In modern portfolio theory, the risk parity (RP) strategy has established itself as an alternative to traditional Markowitz mean-variance optimization (MV), particularly in the area of systematic multi-asset allocation. This strategy distributes risk evenly across assets instead of allocating capital proportionally. More specifically, each asset should contribute equally to the overall portfolio risk. A new publication by Dr. Patrick Walker (Head of Investment Solutions, OLZ AG) together with researchers from the University of Zurich and Stony Brook University in New York in the renowned Journal of Time Series Analysis examines RP optimization using expected shortfall (also known as conditional value at risk, or CVaR) instead of volatility as a measure of risk. In order to enable the most realistic modeling of financial market risks possible, leptokurtic ("fat-tailed") and heteroscedastic returns are linked to a model for dynamic correlations. This allows both extreme events that are not adequately described by a normal distribution to be taken into account and the risk and dependency structures between assets that change over time to be mapped. This advanced modeling approach enables both efficient parameter estimation and simplified calculation of the risk contributions of each asset in the portfolio. As a result, RP optimization can be solved quickly and accurately, despite a significantly more flexible and realistic model for the return time series.

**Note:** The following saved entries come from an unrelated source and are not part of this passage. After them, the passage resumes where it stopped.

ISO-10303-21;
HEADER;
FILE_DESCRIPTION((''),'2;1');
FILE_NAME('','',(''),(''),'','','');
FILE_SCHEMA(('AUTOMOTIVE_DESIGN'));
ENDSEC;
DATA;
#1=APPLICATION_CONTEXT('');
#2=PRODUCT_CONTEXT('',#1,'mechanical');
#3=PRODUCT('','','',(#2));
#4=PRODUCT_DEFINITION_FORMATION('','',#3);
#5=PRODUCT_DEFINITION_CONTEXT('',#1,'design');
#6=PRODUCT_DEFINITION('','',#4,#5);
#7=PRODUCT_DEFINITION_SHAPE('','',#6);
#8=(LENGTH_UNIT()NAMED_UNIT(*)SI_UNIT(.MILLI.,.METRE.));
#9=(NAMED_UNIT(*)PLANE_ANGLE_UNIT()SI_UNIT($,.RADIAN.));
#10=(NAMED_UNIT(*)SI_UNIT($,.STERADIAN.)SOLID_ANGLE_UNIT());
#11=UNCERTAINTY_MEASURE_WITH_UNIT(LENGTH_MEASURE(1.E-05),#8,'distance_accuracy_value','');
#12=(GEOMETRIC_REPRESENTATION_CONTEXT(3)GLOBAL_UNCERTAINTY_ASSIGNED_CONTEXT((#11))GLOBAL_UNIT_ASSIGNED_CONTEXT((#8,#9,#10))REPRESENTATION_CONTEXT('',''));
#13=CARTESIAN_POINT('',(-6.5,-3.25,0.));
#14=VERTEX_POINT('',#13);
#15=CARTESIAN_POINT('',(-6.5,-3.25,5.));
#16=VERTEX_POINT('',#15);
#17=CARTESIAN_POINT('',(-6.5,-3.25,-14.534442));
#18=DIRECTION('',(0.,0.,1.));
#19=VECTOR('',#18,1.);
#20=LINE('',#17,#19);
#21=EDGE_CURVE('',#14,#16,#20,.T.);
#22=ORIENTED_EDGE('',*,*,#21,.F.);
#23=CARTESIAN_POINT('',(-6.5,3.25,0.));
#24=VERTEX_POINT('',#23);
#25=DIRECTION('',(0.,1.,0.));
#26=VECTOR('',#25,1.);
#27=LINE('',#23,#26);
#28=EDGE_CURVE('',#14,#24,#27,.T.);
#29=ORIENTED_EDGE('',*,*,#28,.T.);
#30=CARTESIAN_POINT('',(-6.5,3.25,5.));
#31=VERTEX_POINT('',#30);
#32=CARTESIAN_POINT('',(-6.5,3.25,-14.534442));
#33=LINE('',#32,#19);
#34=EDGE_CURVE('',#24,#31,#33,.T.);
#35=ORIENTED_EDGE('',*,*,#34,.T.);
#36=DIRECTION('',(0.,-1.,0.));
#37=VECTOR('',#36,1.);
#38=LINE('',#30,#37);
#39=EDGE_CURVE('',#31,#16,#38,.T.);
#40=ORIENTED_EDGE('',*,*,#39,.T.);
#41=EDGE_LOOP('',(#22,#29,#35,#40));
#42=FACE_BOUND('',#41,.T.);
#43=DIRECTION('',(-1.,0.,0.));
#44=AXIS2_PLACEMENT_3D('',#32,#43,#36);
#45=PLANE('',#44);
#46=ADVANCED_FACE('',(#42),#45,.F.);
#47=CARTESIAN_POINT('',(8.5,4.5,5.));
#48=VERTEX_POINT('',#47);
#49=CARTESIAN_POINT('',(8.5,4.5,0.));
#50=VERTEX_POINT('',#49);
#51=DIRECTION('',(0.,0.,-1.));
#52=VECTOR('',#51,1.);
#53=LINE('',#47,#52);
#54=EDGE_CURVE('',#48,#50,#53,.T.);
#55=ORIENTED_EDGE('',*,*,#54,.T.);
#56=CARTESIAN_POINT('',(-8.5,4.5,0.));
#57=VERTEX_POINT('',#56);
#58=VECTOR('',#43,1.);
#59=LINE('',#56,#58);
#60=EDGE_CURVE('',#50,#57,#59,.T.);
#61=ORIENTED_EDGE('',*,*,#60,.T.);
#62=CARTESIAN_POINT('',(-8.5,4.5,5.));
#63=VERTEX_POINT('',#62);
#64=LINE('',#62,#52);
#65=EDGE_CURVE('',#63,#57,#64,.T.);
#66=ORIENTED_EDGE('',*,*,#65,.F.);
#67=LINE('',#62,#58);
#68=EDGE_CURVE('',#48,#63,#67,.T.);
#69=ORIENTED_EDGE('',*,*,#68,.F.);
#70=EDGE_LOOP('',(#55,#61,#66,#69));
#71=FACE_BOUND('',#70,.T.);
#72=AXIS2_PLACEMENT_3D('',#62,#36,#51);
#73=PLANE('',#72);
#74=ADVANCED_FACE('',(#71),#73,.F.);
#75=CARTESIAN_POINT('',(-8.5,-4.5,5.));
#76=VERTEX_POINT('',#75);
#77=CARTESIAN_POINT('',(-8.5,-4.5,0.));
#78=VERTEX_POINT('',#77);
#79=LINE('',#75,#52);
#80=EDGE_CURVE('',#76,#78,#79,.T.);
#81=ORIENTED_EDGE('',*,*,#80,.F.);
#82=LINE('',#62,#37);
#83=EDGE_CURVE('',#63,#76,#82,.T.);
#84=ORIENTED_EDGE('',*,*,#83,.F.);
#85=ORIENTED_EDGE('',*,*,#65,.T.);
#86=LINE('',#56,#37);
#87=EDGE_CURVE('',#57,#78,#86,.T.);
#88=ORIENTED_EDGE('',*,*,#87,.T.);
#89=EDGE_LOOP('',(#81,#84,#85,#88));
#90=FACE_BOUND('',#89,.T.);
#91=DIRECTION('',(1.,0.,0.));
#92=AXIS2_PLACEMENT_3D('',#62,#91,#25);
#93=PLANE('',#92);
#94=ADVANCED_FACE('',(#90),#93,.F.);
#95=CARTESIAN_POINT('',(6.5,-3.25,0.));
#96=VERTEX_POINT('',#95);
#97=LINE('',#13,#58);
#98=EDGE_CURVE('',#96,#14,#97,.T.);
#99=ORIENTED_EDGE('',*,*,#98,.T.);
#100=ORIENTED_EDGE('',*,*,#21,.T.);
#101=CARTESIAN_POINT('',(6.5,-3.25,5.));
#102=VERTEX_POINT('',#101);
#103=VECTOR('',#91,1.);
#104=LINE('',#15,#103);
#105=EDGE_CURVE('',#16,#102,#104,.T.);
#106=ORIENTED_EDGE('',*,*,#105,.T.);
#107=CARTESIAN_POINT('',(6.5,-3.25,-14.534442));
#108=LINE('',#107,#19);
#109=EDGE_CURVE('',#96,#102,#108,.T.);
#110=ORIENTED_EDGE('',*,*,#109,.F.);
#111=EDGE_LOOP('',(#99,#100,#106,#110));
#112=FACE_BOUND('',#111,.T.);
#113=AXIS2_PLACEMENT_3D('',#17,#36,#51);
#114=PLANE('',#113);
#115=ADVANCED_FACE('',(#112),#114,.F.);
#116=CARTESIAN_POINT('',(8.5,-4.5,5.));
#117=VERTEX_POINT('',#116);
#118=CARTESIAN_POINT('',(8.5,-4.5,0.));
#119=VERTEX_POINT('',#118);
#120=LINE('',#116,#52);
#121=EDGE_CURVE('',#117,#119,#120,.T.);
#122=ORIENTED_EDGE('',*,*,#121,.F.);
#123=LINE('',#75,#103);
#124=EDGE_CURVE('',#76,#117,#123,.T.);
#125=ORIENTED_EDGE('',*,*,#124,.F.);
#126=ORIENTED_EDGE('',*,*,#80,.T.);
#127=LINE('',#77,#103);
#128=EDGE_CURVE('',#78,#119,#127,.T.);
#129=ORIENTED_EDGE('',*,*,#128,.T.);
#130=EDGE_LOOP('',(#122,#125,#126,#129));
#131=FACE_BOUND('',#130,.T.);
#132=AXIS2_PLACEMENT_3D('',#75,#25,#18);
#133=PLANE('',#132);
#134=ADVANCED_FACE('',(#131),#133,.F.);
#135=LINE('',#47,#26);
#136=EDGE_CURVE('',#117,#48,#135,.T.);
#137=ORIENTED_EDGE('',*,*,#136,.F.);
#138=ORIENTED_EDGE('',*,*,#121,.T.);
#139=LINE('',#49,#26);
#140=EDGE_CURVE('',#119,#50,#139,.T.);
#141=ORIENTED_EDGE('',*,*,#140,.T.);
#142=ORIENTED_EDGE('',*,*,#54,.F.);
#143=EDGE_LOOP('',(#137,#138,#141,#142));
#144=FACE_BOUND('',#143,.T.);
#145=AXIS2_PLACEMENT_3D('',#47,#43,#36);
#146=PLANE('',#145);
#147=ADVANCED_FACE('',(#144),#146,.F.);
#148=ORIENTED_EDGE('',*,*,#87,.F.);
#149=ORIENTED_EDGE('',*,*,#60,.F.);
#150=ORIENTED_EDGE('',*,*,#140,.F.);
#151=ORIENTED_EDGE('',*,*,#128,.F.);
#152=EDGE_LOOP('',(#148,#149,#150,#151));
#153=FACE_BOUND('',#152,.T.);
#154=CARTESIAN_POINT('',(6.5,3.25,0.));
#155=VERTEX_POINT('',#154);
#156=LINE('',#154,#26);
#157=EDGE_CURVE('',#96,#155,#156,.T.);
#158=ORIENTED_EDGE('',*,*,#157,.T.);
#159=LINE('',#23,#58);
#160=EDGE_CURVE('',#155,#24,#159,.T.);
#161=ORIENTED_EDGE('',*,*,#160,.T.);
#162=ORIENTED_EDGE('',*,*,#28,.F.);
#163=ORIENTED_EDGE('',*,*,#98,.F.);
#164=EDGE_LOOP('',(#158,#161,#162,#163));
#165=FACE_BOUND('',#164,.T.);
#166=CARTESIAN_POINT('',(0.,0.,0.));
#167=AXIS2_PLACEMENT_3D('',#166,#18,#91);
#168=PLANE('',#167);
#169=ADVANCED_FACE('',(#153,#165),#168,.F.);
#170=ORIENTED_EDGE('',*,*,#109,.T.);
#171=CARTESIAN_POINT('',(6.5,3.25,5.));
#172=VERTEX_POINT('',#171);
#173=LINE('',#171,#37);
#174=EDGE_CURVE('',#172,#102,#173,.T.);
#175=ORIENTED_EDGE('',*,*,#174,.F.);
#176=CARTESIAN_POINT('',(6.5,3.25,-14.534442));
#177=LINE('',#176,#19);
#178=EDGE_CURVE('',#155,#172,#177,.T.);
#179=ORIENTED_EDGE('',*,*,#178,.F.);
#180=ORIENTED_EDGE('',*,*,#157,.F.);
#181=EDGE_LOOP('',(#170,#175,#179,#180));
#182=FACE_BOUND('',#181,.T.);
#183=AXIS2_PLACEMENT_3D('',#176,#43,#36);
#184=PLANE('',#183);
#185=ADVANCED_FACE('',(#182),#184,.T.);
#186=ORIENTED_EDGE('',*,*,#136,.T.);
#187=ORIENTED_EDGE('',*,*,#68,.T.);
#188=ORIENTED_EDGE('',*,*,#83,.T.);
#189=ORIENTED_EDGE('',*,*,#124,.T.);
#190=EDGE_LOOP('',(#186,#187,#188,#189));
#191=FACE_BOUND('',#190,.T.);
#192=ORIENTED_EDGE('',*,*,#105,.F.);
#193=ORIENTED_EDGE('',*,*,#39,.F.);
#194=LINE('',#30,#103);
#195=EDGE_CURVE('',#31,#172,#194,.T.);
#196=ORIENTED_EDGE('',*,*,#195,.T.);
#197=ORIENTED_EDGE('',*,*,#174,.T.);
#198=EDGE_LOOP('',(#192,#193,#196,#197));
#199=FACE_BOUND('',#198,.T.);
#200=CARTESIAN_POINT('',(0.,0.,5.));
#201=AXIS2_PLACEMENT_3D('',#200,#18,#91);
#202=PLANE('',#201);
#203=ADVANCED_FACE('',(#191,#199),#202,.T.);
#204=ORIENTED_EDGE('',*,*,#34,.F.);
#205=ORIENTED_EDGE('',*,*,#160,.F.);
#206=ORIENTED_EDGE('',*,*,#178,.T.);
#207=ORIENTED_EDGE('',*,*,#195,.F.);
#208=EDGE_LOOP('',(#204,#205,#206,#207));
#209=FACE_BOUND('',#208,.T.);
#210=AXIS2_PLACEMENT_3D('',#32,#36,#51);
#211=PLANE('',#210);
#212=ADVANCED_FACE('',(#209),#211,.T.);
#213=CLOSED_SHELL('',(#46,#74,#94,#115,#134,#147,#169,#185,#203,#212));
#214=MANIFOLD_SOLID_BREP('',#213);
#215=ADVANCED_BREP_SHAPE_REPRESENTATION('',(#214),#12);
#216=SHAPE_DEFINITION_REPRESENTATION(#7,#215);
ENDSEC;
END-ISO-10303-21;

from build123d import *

# Parameters (mm, degrees)
ESQUISSE1_W             = 17
ESQUISSE1_H             = 9
BOSS_EXTRU_1_DEPTH      = 5
ESQUISSE2_W             = 13
ESQUISSE2_H             = 6.5
ENL_V_MAT_EXTRU_1_DEPTH = 5


with BuildPart() as part:
    # Esquisse1 → Boss.-Extru.1 (new body)
    with BuildSketch(Plane.XY):
        Rectangle(ESQUISSE1_W, ESQUISSE1_H)
    extrude(amount=BOSS_EXTRU_1_DEPTH)

    # Esquisse2 → Enlèv. mat.-Extru.1 (cut)
    with BuildSketch(Plane.XY.offset(5)):
        Rectangle(ESQUISSE2_W, ESQUISSE2_H)
    extrude(amount=-ENL_V_MAT_EXTRU_1_DEPTH, mode=Mode.SUBTRACT)


solid = part.part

Overcoming the weaknesses of traditional portfolio optimization
Classic MV optimization in its original form suffers from high sensitivity to estimation errors, especially in expected returns, which can lead to unstable portfolio weightings and poor performance in practice. One approach to overcoming these problems is to focus on the minimum variance portfolio and further improve its quality using modern statistical methods such as shrinkage estimation or regularization. Another approach that also focuses exclusively on risk distribution but pursues a different objective function is the RP portfolio. Despite the high importance of realistic risk modeling, standard RP implementations are based on the assumption of normally distributed returns whose parameters do not change over time. However, this obviously does not do justice to real financial markets, as returns often have strong outliers (extreme events) and volatilities and correlations can change rapidly, especially in times of crisis.
The role of generalized hyperbolic distributions
To better model real return characteristics, the study uses an elliptical multivariate generalized hyperbolic distribution. This distribution class allows for better mapping of particularly large price jumps in periods of high volatility, while at the same time enabling rapid estimation of parameters using so-called EM algorithms. A key innovation of the work is the derivation of a semi-closed formula for risk contributions using CVaR as a risk measure, which eliminates the need for computationally intensive simulations.

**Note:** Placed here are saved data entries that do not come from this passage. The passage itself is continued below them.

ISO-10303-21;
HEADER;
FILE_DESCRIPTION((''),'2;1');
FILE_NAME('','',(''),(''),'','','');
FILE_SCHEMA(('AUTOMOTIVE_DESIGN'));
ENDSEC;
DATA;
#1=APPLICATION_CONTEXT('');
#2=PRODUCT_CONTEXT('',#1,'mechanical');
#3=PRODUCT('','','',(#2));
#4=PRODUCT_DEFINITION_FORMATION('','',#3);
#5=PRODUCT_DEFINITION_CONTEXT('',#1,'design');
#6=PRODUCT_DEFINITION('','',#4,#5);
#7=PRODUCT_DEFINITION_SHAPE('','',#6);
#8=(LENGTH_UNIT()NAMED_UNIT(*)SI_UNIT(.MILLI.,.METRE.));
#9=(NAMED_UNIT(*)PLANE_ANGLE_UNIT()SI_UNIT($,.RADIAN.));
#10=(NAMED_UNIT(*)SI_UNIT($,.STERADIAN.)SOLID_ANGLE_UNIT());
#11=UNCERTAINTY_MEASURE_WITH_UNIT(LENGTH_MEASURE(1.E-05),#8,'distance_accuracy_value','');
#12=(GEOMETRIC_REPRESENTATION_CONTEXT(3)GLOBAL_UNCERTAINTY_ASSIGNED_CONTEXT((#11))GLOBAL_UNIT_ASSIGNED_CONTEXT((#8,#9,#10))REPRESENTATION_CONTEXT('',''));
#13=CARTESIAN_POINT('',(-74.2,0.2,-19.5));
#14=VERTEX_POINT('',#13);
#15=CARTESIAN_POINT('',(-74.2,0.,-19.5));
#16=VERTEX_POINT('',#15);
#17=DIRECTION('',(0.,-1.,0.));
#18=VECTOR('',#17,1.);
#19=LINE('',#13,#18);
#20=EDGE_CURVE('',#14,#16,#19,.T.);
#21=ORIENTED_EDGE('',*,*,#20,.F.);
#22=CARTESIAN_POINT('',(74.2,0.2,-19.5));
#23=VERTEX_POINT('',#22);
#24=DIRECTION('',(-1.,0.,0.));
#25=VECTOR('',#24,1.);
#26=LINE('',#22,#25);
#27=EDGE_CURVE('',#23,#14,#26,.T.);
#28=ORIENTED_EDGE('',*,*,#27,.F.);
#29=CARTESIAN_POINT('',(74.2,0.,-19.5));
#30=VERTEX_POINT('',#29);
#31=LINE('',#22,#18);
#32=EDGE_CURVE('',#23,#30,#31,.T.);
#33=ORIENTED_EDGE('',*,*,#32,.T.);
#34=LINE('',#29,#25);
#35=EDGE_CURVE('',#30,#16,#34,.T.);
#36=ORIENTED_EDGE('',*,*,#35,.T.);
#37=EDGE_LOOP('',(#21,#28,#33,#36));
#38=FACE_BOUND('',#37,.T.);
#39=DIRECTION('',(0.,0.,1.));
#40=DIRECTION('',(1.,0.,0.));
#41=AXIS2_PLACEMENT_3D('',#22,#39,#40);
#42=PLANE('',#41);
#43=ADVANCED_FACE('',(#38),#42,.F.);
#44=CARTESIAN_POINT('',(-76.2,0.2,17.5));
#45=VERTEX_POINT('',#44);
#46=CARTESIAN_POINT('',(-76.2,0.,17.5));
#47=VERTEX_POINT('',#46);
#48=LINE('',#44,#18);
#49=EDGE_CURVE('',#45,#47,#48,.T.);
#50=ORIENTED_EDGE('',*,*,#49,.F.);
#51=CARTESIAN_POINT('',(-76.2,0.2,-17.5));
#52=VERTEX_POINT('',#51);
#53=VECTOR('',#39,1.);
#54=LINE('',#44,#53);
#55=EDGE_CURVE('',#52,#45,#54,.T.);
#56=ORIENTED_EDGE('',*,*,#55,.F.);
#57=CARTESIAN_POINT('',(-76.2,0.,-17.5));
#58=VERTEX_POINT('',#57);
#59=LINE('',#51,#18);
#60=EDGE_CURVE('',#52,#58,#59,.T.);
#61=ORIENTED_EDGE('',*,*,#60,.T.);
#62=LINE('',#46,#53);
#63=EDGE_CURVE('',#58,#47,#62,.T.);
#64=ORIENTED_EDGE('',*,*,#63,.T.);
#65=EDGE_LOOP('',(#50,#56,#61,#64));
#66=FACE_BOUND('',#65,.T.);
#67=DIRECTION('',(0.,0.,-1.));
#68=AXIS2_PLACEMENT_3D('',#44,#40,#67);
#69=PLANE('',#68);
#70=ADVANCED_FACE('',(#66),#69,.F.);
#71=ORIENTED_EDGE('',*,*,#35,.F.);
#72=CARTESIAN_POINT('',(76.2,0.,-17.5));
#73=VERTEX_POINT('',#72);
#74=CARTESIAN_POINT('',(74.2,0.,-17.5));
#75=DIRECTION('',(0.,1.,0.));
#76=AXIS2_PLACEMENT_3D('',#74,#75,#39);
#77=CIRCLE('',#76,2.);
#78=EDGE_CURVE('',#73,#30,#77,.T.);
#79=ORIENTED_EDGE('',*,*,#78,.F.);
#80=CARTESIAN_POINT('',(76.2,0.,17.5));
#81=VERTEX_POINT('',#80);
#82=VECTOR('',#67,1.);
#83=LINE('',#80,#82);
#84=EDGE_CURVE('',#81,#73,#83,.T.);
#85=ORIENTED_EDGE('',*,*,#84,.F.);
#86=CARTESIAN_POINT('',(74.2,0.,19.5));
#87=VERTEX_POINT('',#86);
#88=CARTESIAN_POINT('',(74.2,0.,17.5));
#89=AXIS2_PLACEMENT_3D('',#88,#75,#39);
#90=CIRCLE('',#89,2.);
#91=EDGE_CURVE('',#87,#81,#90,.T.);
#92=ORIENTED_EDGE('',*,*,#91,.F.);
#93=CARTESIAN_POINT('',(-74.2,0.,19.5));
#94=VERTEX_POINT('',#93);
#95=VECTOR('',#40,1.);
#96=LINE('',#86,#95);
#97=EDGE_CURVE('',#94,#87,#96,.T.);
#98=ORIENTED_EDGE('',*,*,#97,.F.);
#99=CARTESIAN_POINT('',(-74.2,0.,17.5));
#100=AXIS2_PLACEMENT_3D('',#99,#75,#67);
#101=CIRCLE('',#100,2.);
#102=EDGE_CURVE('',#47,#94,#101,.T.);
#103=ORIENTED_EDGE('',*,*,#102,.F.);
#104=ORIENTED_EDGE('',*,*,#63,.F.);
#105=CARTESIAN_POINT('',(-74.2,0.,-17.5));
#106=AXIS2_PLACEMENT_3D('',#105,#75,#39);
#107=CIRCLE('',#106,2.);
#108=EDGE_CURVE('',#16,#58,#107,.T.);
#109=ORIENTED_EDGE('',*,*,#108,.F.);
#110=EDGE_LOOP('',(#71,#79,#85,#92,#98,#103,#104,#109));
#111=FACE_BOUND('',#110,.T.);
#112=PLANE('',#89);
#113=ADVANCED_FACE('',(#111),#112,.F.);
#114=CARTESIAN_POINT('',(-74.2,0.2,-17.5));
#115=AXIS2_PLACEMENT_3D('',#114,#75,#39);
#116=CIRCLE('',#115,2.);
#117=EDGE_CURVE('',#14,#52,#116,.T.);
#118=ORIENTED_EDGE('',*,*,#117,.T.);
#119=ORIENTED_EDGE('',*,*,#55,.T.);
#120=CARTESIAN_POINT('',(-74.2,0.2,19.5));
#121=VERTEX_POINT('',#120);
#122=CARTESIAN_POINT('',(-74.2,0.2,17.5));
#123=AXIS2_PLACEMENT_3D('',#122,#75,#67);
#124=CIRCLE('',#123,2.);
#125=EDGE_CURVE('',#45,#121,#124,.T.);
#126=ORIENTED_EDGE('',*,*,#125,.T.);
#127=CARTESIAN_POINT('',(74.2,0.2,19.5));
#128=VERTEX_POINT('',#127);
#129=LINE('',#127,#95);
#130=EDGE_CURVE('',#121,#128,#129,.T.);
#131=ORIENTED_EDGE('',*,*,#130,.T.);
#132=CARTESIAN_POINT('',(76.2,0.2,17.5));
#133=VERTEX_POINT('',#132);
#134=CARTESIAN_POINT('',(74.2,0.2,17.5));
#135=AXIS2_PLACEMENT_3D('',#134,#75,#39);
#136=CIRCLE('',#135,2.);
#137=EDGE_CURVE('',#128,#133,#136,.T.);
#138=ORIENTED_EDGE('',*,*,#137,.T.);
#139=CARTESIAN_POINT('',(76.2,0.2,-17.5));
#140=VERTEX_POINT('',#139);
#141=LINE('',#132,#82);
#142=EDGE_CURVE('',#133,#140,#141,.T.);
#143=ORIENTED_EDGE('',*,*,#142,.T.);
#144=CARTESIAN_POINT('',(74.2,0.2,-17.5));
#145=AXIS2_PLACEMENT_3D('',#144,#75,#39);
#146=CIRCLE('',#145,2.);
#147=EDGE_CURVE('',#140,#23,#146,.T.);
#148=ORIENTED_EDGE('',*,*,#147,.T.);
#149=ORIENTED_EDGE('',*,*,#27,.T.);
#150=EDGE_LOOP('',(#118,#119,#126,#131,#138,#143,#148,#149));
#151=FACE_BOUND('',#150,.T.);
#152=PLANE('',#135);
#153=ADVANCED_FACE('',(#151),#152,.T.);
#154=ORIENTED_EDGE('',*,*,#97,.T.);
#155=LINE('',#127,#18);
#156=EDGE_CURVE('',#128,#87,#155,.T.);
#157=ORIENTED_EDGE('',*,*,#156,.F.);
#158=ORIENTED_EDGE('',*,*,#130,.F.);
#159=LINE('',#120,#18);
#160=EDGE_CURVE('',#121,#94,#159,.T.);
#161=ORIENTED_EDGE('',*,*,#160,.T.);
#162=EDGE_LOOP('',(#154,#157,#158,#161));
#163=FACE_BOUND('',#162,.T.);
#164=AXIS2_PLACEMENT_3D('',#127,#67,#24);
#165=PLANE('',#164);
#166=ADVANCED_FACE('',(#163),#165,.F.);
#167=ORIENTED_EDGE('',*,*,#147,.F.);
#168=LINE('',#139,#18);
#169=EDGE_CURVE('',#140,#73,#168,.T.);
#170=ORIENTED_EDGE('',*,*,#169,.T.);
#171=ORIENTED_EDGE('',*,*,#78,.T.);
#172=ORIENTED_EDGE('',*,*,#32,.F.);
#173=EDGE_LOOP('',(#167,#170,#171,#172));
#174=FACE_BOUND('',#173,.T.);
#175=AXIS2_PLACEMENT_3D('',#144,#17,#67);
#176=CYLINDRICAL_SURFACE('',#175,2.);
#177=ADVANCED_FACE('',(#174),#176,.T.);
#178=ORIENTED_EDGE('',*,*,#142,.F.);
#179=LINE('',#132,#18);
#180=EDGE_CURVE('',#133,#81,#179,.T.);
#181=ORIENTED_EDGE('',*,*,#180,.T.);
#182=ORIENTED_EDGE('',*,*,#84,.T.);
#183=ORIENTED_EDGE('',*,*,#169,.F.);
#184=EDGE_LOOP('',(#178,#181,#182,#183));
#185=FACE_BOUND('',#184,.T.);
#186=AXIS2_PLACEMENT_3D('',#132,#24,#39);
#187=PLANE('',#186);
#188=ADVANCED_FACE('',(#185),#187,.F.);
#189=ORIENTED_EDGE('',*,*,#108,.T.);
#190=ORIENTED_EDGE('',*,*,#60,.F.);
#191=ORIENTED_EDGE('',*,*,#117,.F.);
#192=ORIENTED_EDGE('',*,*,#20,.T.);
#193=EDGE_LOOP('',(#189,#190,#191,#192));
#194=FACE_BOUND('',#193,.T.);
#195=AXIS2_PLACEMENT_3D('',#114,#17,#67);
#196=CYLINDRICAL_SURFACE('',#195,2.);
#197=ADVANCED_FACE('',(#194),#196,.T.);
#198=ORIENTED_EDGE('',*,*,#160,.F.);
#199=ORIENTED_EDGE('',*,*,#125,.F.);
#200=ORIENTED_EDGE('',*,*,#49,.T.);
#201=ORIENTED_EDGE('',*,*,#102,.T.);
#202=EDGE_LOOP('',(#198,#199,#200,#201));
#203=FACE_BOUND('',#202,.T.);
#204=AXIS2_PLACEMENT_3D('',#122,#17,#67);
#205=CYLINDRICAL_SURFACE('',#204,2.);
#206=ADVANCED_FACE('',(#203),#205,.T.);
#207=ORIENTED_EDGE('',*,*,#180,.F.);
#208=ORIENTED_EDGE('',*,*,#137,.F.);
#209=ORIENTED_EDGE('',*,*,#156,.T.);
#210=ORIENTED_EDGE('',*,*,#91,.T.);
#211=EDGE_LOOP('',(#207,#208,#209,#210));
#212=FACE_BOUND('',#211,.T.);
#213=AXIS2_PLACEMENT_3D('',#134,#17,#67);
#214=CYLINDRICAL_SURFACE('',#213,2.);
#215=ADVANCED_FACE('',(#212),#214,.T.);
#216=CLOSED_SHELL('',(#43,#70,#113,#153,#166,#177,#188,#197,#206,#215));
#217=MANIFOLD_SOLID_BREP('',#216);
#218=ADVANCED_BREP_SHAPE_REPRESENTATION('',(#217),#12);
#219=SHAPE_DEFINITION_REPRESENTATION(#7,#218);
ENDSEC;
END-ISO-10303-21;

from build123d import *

# Parameters (mm, degrees)
EXTRUDE_1_DEPTH = 0.2


with BuildPart() as part:
    # Эскиз2 → Бобышка-Вытянуть1 (new body)
    with BuildSketch(Plane(origin=(0, 0, 0), x_dir=(1, 0, 0), z_dir=(0, 1, 0))):
        with BuildLine():
            Line((74.2, -19.5), (-74.2, -19.5))
            ThreePointArc((-74.2, -19.5), (-75.614213562, -18.914213562), (-76.2, -17.5))
            Line((-76.2, -17.5), (-76.2, 17.5))
            ThreePointArc((-76.2, 17.5), (-75.614213562, 18.914213562), (-74.2, 19.5))
            Line((-74.2, 19.5), (74.2, 19.5))
            ThreePointArc((74.2, 19.5), (75.614213562, 18.914213562), (76.2, 17.5))
            Line((76.2, 17.5), (76.2, -17.5))
            ThreePointArc((76.2, -17.5), (75.614213562, -18.914213562), (74.2, -19.5))
        make_face()
    extrude(amount=EXTRUDE_1_DEPTH)


solid = part.part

Improvement of RP optimization with dynamic correlations
Another significant contribution is the integration of a multivariate GARCH model with dynamic, regime-dependent correlations. Market conditions fluctuate between different correlation regimes, particularly between calm market phases and bear markets. By taking dynamic correlations into account, risk dependencies are better captured over time, resulting in more robust portfolio allocations.
Empirical findings: Improved stability and lower portfolio turnover
The empirical analysis covers several periods of sharply increased market risk, including the 2008 global financial crisis and the COVID-19 crash. The key findings include:
Lower portfolio turnover: Models with fat-tailed distributions lead to smoother portfolio adjustments as they absorb market shocks more effectively. This is particularly relevant during times of crisis when volatility spikes and unnecessary trading activity due to increased bid-ask spreads must be avoided.
Improved risk-adjusted returns: RP portfolios using the time series model described achieved higher Sharpe and Sortino ratios compared to normally distributed and static models.
Better control of extreme risk: RP portfolios based on expected shortfall showed greater resilience in periods of extreme market turbulence and are therefore particularly suitable for risk-averse investors.